Extracted entries START

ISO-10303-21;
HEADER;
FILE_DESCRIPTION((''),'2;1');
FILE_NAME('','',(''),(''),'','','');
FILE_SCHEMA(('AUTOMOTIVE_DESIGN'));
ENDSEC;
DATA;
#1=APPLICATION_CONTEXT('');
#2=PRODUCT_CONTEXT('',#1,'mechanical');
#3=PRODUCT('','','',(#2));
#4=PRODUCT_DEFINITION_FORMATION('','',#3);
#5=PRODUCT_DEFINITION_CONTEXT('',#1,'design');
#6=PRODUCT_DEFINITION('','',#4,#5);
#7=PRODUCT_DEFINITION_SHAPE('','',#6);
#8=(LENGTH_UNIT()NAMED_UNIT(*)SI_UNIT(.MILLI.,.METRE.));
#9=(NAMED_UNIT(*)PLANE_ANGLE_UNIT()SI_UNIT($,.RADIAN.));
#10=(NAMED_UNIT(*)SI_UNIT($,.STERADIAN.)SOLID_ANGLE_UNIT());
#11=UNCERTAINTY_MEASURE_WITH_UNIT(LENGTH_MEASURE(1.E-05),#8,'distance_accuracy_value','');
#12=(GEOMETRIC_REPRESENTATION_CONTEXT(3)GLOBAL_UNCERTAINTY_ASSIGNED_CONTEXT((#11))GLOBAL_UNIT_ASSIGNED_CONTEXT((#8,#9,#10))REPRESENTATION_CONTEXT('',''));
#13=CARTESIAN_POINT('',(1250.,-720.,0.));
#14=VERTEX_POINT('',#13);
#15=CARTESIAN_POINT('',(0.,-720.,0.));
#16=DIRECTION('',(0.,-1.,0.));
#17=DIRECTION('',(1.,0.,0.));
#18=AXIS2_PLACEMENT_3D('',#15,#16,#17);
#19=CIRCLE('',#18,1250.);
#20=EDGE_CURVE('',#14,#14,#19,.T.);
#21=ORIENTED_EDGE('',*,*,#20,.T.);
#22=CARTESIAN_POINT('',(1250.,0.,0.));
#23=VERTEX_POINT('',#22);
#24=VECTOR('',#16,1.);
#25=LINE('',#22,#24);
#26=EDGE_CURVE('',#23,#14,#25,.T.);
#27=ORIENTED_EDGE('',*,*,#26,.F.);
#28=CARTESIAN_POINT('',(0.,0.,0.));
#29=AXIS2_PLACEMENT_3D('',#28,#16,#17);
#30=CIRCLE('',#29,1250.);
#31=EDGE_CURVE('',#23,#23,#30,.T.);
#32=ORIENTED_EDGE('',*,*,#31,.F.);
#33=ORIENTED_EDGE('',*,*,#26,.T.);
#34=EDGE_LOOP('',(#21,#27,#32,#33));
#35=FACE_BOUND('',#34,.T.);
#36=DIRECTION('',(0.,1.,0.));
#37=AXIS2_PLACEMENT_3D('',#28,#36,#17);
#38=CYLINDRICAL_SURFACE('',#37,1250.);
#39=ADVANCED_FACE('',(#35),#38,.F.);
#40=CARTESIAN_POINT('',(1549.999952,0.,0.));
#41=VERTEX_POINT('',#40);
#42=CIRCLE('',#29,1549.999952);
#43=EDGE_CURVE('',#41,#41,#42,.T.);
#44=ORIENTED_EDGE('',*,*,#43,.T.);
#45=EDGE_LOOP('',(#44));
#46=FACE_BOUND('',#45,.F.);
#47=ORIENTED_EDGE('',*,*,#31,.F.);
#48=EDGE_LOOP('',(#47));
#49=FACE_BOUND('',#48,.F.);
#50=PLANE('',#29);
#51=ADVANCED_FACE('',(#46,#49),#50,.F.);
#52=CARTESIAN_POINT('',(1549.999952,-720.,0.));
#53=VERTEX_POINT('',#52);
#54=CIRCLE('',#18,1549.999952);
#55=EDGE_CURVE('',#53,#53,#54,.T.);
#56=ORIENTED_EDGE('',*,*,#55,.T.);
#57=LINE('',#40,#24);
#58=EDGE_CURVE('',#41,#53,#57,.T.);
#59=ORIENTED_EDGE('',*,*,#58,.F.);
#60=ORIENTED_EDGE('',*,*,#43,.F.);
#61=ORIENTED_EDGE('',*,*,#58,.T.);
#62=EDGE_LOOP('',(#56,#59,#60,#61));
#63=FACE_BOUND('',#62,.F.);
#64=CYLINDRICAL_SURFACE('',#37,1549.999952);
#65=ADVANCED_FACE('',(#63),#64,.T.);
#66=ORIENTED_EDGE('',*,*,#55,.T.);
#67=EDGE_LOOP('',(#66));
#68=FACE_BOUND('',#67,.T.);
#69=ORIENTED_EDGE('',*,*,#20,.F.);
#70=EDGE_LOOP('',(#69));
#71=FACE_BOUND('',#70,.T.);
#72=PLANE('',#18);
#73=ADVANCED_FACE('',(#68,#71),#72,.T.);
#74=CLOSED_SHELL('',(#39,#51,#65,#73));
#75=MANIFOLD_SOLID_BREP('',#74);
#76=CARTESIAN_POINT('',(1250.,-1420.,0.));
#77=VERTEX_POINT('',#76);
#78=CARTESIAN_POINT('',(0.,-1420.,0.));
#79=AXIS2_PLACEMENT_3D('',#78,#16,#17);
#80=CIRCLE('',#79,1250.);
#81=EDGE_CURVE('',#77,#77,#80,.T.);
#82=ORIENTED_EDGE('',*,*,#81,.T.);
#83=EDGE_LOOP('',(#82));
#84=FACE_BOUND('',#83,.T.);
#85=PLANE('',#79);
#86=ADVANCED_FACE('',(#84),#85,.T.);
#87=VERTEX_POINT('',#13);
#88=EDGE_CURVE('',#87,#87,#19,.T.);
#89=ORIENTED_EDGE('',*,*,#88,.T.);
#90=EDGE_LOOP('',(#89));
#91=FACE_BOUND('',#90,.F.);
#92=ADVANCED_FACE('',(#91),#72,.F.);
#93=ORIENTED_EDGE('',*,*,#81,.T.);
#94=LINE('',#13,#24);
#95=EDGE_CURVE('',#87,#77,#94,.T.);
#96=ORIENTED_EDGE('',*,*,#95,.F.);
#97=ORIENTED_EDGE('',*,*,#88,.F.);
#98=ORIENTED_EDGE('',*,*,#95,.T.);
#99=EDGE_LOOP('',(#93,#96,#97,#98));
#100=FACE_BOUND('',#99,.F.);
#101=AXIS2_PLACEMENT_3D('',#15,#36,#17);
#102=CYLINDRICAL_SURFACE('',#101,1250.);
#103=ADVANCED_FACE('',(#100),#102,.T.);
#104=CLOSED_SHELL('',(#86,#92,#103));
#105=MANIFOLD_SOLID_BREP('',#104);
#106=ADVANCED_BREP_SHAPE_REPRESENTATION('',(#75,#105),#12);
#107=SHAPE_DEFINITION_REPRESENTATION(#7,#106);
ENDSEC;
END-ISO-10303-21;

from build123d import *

# Parameters (mm, degrees)
F0_R     = 1549.999952
F0_R_2   = 1250
F1_DEPTH = 720
F2_R     = 1250
F3_DEPTH = 700


with BuildPart() as f1:
    # F0 (on Front) → F1 (new body)
    with BuildSketch(Plane.XZ):
        Circle(F0_R)
        Circle(F0_R_2, mode=Mode.SUBTRACT)
    extrude(amount=F1_DEPTH)


with BuildPart() as f3:
    # F2 (on face) → F3 (new body)
    with BuildSketch(Plane.XZ.offset(720)):
        Circle(F2_R)
    extrude(amount=F3_DEPTH)


solid = Compound([f1.part, f3.part])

Extracted entries END

** Aim of the task **
Write out the records shown above, exactly as they appear.

** The completed task **
ISO-10303-21;
HEADER;
FILE_DESCRIPTION((''),'2;1');
FILE_NAME('','',(''),(''),'','','');
FILE_SCHEMA(('AUTOMOTIVE_DESIGN'));
ENDSEC;
DATA;
#1=APPLICATION_CONTEXT('');
#2=PRODUCT_CONTEXT('',#1,'mechanical');
#3=PRODUCT('','','',(#2));
#4=PRODUCT_DEFINITION_FORMATION('','',#3);
#5=PRODUCT_DEFINITION_CONTEXT('',#1,'design');
#6=PRODUCT_DEFINITION('','',#4,#5);
#7=PRODUCT_DEFINITION_SHAPE('','',#6);
#8=(LENGTH_UNIT()NAMED_UNIT(*)SI_UNIT(.MILLI.,.METRE.));
#9=(NAMED_UNIT(*)PLANE_ANGLE_UNIT()SI_UNIT($,.RADIAN.));
#10=(NAMED_UNIT(*)SI_UNIT($,.STERADIAN.)SOLID_ANGLE_UNIT());
#11=UNCERTAINTY_MEASURE_WITH_UNIT(LENGTH_MEASURE(1.E-05),#8,'distance_accuracy_value','');
#12=(GEOMETRIC_REPRESENTATION_CONTEXT(3)GLOBAL_UNCERTAINTY_ASSIGNED_CONTEXT((#11))GLOBAL_UNIT_ASSIGNED_CONTEXT((#8,#9,#10))REPRESENTATION_CONTEXT('',''));
#13=CARTESIAN_POINT('',(1250.,-720.,0.));
#14=VERTEX_POINT('',#13);
#15=CARTESIAN_POINT('',(0.,-720.,0.));
#16=DIRECTION('',(0.,-1.,0.));
#17=DIRECTION('',(1.,0.,0.));
#18=AXIS2_PLACEMENT_3D('',#15,#16,#17);
#19=CIRCLE('',#18,1250.);
#20=EDGE_CURVE('',#14,#14,#19,.T.);
#21=ORIENTED_EDGE('',*,*,#20,.T.);
#22=CARTESIAN_POINT('',(1250.,0.,0.));
#23=VERTEX_POINT('',#22);
#24=VECTOR('',#16,1.);
#25=LINE('',#22,#24);
#26=EDGE_CURVE('',#23,#14,#25,.T.);
#27=ORIENTED_EDGE('',*,*,#26,.F.);
#28=CARTESIAN_POINT('',(0.,0.,0.));
#29=AXIS2_PLACEMENT_3D('',#28,#16,#17);
#30=CIRCLE('',#29,1250.);
#31=EDGE_CURVE('',#23,#23,#30,.T.);
#32=ORIENTED_EDGE('',*,*,#31,.F.);
#33=ORIENTED_EDGE('',*,*,#26,.T.);
#34=EDGE_LOOP('',(#21,#27,#32,#33));
#35=FACE_BOUND('',#34,.T.);
#36=DIRECTION('',(0.,1.,0.));
#37=AXIS2_PLACEMENT_3D('',#28,#36,#17);
#38=CYLINDRICAL_SURFACE('',#37,1250.);
#39=ADVANCED_FACE('',(#35),#38,.F.);
#40=CARTESIAN_POINT('',(1549.999952,0.,0.));
#41=VERTEX_POINT('',#40);
#42=CIRCLE('',#29,1549.999952);
#43=EDGE_CURVE('',#41,#41,#42,.T.);
#44=ORIENTED_EDGE('',*,*,#43,.T.);
#45=EDGE_LOOP('',(#44));
#46=FACE_BOUND('',#45,.F.);
#47=ORIENTED_EDGE('',*,*,#31,.F.);
#48=EDGE_LOOP('',(#47));
#49=FACE_BOUND('',#48,.F.);
#50=PLANE('',#29);
#51=ADVANCED_FACE('',(#46,#49),#50,.F.);
#52=CARTESIAN_POINT('',(1549.999952,-720.,0.));
#53=VERTEX_POINT('',#52);
#54=CIRCLE('',#18,1549.999952);
#55=EDGE_CURVE('',#53,#53,#54,.T.);
#56=ORIENTED_EDGE('',*,*,#55,.T.);
#57=LINE('',#40,#24);
#58=EDGE_CURVE('',#41,#53,#57,.T.);
#59=ORIENTED_EDGE('',*,*,#58,.F.);
#60=ORIENTED_EDGE('',*,*,#43,.F.);
#61=ORIENTED_EDGE('',*,*,#58,.T.);
#62=EDGE_LOOP('',(#56,#59,#60,#61));
#63=FACE_BOUND('',#62,.F.);
#64=CYLINDRICAL_SURFACE('',#37,1549.999952);
#65=ADVANCED_FACE('',(#63),#64,.T.);
#66=ORIENTED_EDGE('',*,*,#55,.T.);
#67=EDGE_LOOP('',(#66));
#68=FACE_BOUND('',#67,.T.);
#69=ORIENTED_EDGE('',*,*,#20,.F.);
#70=EDGE_LOOP('',(#69));
#71=FACE_BOUND('',#70,.T.);
#72=PLANE('',#18);
#73=ADVANCED_FACE('',(#68,#71),#72,.T.);
#74=CLOSED_SHELL('',(#39,#51,#65,#73));
#75=MANIFOLD_SOLID_BREP('',#74);
#76=CARTESIAN_POINT('',(1250.,-1420.,0.));
#77=VERTEX_POINT('',#76);
#78=CARTESIAN_POINT('',(0.,-1420.,0.));
#79=AXIS2_PLACEMENT_3D('',#78,#16,#17);
#80=CIRCLE('',#79,1250.);
#81=EDGE_CURVE('',#77,#77,#80,.T.);
#82=ORIENTED_EDGE('',*,*,#81,.T.);
#83=EDGE_LOOP('',(#82));
#84=FACE_BOUND('',#83,.T.);
#85=PLANE('',#79);
#86=ADVANCED_FACE('',(#84),#85,.T.);
#87=VERTEX_POINT('',#13);
#88=EDGE_CURVE('',#87,#87,#19,.T.);
#89=ORIENTED_EDGE('',*,*,#88,.T.);
#90=EDGE_LOOP('',(#89));
#91=FACE_BOUND('',#90,.F.);
#92=ADVANCED_FACE('',(#91),#72,.F.);
#93=ORIENTED_EDGE('',*,*,#81,.T.);
#94=LINE('',#13,#24);
#95=EDGE_CURVE('',#87,#77,#94,.T.);
#96=ORIENTED_EDGE('',*,*,#95,.F.);
#97=ORIENTED_EDGE('',*,*,#88,.F.);
#98=ORIENTED_EDGE('',*,*,#95,.T.);
#99=EDGE_LOOP('',(#93,#96,#97,#98));
#100=FACE_BOUND('',#99,.F.);
#101=AXIS2_PLACEMENT_3D('',#15,#36,#17);
#102=CYLINDRICAL_SURFACE('',#101,1250.);
#103=ADVANCED_FACE('',(#100),#102,.T.);
#104=CLOSED_SHELL('',(#86,#92,#103));
#105=MANIFOLD_SOLID_BREP('',#104);
#106=ADVANCED_BREP_SHAPE_REPRESENTATION('',(#75,#105),#12);
#107=SHAPE_DEFINITION_REPRESENTATION(#7,#106);
ENDSEC;
END-ISO-10303-21;

from build123d import *

# Parameters (mm, degrees)
F0_R     = 1549.999952
F0_R_2   = 1250
F1_DEPTH = 720
F2_R     = 1250
F3_DEPTH = 700


with BuildPart() as f1:
    # F0 (on Front) → F1 (new body)
    with BuildSketch(Plane.XZ):
        Circle(F0_R)
        Circle(F0_R_2, mode=Mode.SUBTRACT)
    extrude(amount=F1_DEPTH)


with BuildPart() as f3:
    # F2 (on face) → F3 (new body)
    with BuildSketch(Plane.XZ.offset(720)):
        Circle(F2_R)
    extrude(amount=F3_DEPTH)


solid = Compound([f1.part, f3.part])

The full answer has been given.